Le jour des barbares
n’était qu’une simplification : commode,
mais fallacieuse. Les Goths vivaient depuis des siècles aux marges de l’empire,
et ils avaient commencé à modifier leur mode de vie du fait de leurs contacts
avec Rome. Les archéologues hongrois et roumains qui ont fouillé leurs sépultures
au-delà du Danube, notamment les soixante-quatre tombes de la nécropole du IV e siècle
à Sîntana de Mures, ont constaté que les morts étaient ensevelis avec des poteries
fabriquées au tour, de production romaine ou excellemment imitées, avec des
fibules et des bijoux de bronze, d’argent ou d’ambre, mais aussi de pierres précieuses
et de verre coloré, qui ne pouvaient provenir que de Rome.
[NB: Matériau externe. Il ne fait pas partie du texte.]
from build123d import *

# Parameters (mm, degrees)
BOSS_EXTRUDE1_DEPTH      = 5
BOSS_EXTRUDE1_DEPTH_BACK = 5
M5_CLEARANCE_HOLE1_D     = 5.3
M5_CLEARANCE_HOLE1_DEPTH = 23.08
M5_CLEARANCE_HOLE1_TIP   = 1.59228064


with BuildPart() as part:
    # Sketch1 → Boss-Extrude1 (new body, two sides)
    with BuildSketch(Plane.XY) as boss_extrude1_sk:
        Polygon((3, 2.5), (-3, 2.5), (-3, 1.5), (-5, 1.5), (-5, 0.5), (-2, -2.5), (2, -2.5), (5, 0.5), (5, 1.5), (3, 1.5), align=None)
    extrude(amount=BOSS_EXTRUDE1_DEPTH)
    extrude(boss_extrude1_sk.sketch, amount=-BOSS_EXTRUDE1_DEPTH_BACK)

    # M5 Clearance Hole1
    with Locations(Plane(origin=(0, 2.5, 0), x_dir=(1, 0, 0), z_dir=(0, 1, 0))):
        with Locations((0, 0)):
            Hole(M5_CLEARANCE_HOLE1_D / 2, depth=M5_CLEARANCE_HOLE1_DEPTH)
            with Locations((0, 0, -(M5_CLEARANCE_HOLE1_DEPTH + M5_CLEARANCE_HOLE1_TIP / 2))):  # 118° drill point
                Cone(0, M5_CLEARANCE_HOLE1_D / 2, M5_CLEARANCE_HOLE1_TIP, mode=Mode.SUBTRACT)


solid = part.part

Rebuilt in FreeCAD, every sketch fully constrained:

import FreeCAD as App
import Part
import Sketcher
from FreeCAD import Vector
Q = App.Units.Quantity


def add_polygon(sketch, points):
    """Adds a closed chain of lines whose ends are joined by coincident constraints."""
    first, n = sketch.GeometryCount, len(points)
    for a, b in zip(points, points[1:] + points[:1]):
        sketch.addGeometry(Part.LineSegment(App.Vector(*a, 0), App.Vector(*b, 0)), False)
    for i in range(n):
        sketch.addConstraint(Sketcher.Constraint("Coincident", first + i, 2, first + (i + 1) % n, 1))

doc = App.newDocument("Part")
params = doc.addObject("Spreadsheet::Sheet", "Params")
for row, (alias, value) in enumerate([
    ("sketch1_width", "6 mm"),
    ("sketch1_width2", "2 mm"),
    ("sketch1_width3", "4 mm"),
    ("sketch1_height", "1 mm"),
    ("pad1_length", "5 mm"),
    ("pad1_length2", "5 mm"),
    ("sketch2_diameter", "5.3 mm"),
    ("hole_diameter", "5.3 mm"),
    ("hole_depth", "23.08 mm"),
], start=1):
    params.set(f"A{row}", alias)
    params.set(f"B{row}", "=" + value)
    params.setAlias(f"B{row}", alias)

body = doc.addObject("PartDesign::Body", "Body")

sketch1 = body.newObject("Sketcher::SketchObject", "Sketch")
sketch1.AttachmentSupport = (doc.getObject("XY_Plane"), [""])
sketch1.MapMode = "FlatFace"
add_polygon(sketch1, [(3, 2.5), (-3, 2.5), (-3, 1.5), (-5, 1.5), (-5, 0.5), (-2, -2.5), (2, -2.5), (5, 0.5), (5, 1.5), (3, 1.5)])
sketch1.addConstraint(Sketcher.Constraint("Horizontal", 0))
sketch1.addConstraint(Sketcher.Constraint("Vertical", 1))
sketch1.addConstraint(Sketcher.Constraint("Horizontal", 2))
sketch1.addConstraint(Sketcher.Constraint("Vertical", 3))
sketch1.addConstraint(Sketcher.Constraint("Horizontal", 5))
sketch1.addConstraint(Sketcher.Constraint("Vertical", 7))
sketch1.addConstraint(Sketcher.Constraint("Horizontal", 8))
sketch1.addConstraint(Sketcher.Constraint("Vertical", 9))
sketch1.addConstraint(Sketcher.Constraint("Symmetric", 3, 2, 6, 2, -2))
sketch1.addConstraint(Sketcher.Constraint("Symmetric", 1, 2, 8, 2, -2))
sketch1.addConstraint(Sketcher.Constraint("Perpendicular", 4, 6))
sketch1.addConstraint(Sketcher.Constraint("Equal", 1, 3))
sketch1.addConstraint(Sketcher.Constraint("Equal", 4, 6))
sketch1.addConstraint(Sketcher.Constraint("DistanceX", 0, 2, 0, 1, Q("6 mm")))
sketch1.addConstraint(Sketcher.Constraint("DistanceX", 2, 2, 2, 1, Q("2 mm")))
sketch1.addConstraint(Sketcher.Constraint("DistanceX", 5, 1, 5, 2, Q("4 mm")))
sketch1.addConstraint(Sketcher.Constraint("DistanceY", 1, 2, 1, 1, Q("1 mm")))
sketch1.addConstraint(Sketcher.Constraint("DistanceY", -1, 1, 0, 2, Q("2.5 mm")))
sketch1.setExpression("Constraints[23]", "Params.sketch1_width")
sketch1.setExpression("Constraints[24]", "Params.sketch1_width2")
sketch1.setExpression("Constraints[25]", "Params.sketch1_width3")
sketch1.setExpression("Constraints[26]", "Params.sketch1_height")
pad1 = body.newObject("PartDesign::Pad", "Pad")
pad1.Profile = sketch1
pad1.Type = "TwoLengths"
pad1.setExpression("Length", "Params.pad1_length")
pad1.setExpression("Length2", "Params.pad1_length2")

sketch2 = body.newObject("Sketcher::SketchObject", "Sketch001")
sketch2.AttachmentSupport = (doc.getObject("XZ_Plane"), [""])
sketch2.MapMode = "FlatFace"
sketch2.AttachmentOffset = App.Placement(Vector(0, 0, -2.5), App.Rotation())
sketch2.addGeometry(Part.Circle(Vector(0, 0, 0), Vector(0, 0, 1), 2.6), False)
sketch2.addConstraint(Sketcher.Constraint("Coincident", 0, 3, -1, 1))
sketch2.addConstraint(Sketcher.Constraint("Diameter", 0, Q("5.3 mm")))
sketch2.setExpression("Constraints[1]", "Params.sketch2_diameter")
doc.recompute()
hole = body.newObject("PartDesign::Hole", "Hole")
hole.Profile = sketch2
hole.ThreadType = "None"
hole.setExpression("Diameter", "Params.hole_diameter")
hole.DepthType = "Dimension"
hole.setExpression("Depth", "Params.hole_depth")
hole.DrillPoint = "Angled"
hole.DrillPointAngle = 118
hole.Reversed = True

doc.recompute()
Dans leurs villages, les paysans et les bergers goths
étaient par conséquent habitués à voir arriver de temps à autre un marchand
romain, ou plus exactement, selon toute vraisemblance, grec ou syrien ; et
peut-être leurs techniques agricoles, quoique primitives, avaient-elles déjà
commencé à s’améliorer grâce à ces fréquentations. Les chefs, pour leur part, savaient
on ne peut mieux que, de l’autre côté du grand fleuve, le Danube, il y avait
une civilisation richissime, qui offrait toutes sortes de possibilités. Franchir
le fleuve avec quelques bandes guerrières, en quête de butin, était la plus
évidente, mais aussi la plus dangereuse : les barbares avaient appris à
leurs dépens que, quand on se mettait à jouer ce jeu-là, tôt ou tard, peut-être
pas tout de suite, les Romains réagissaient, et que leurs expéditions punitives
étaient terrifiantes. Mais les barbares, qui devenaient un peu moins barbares à
force de négocier et de commercer avec les Romains, avaient aussi appris que l’empire
avait besoin de mercenaires, et qu’il les payait bien.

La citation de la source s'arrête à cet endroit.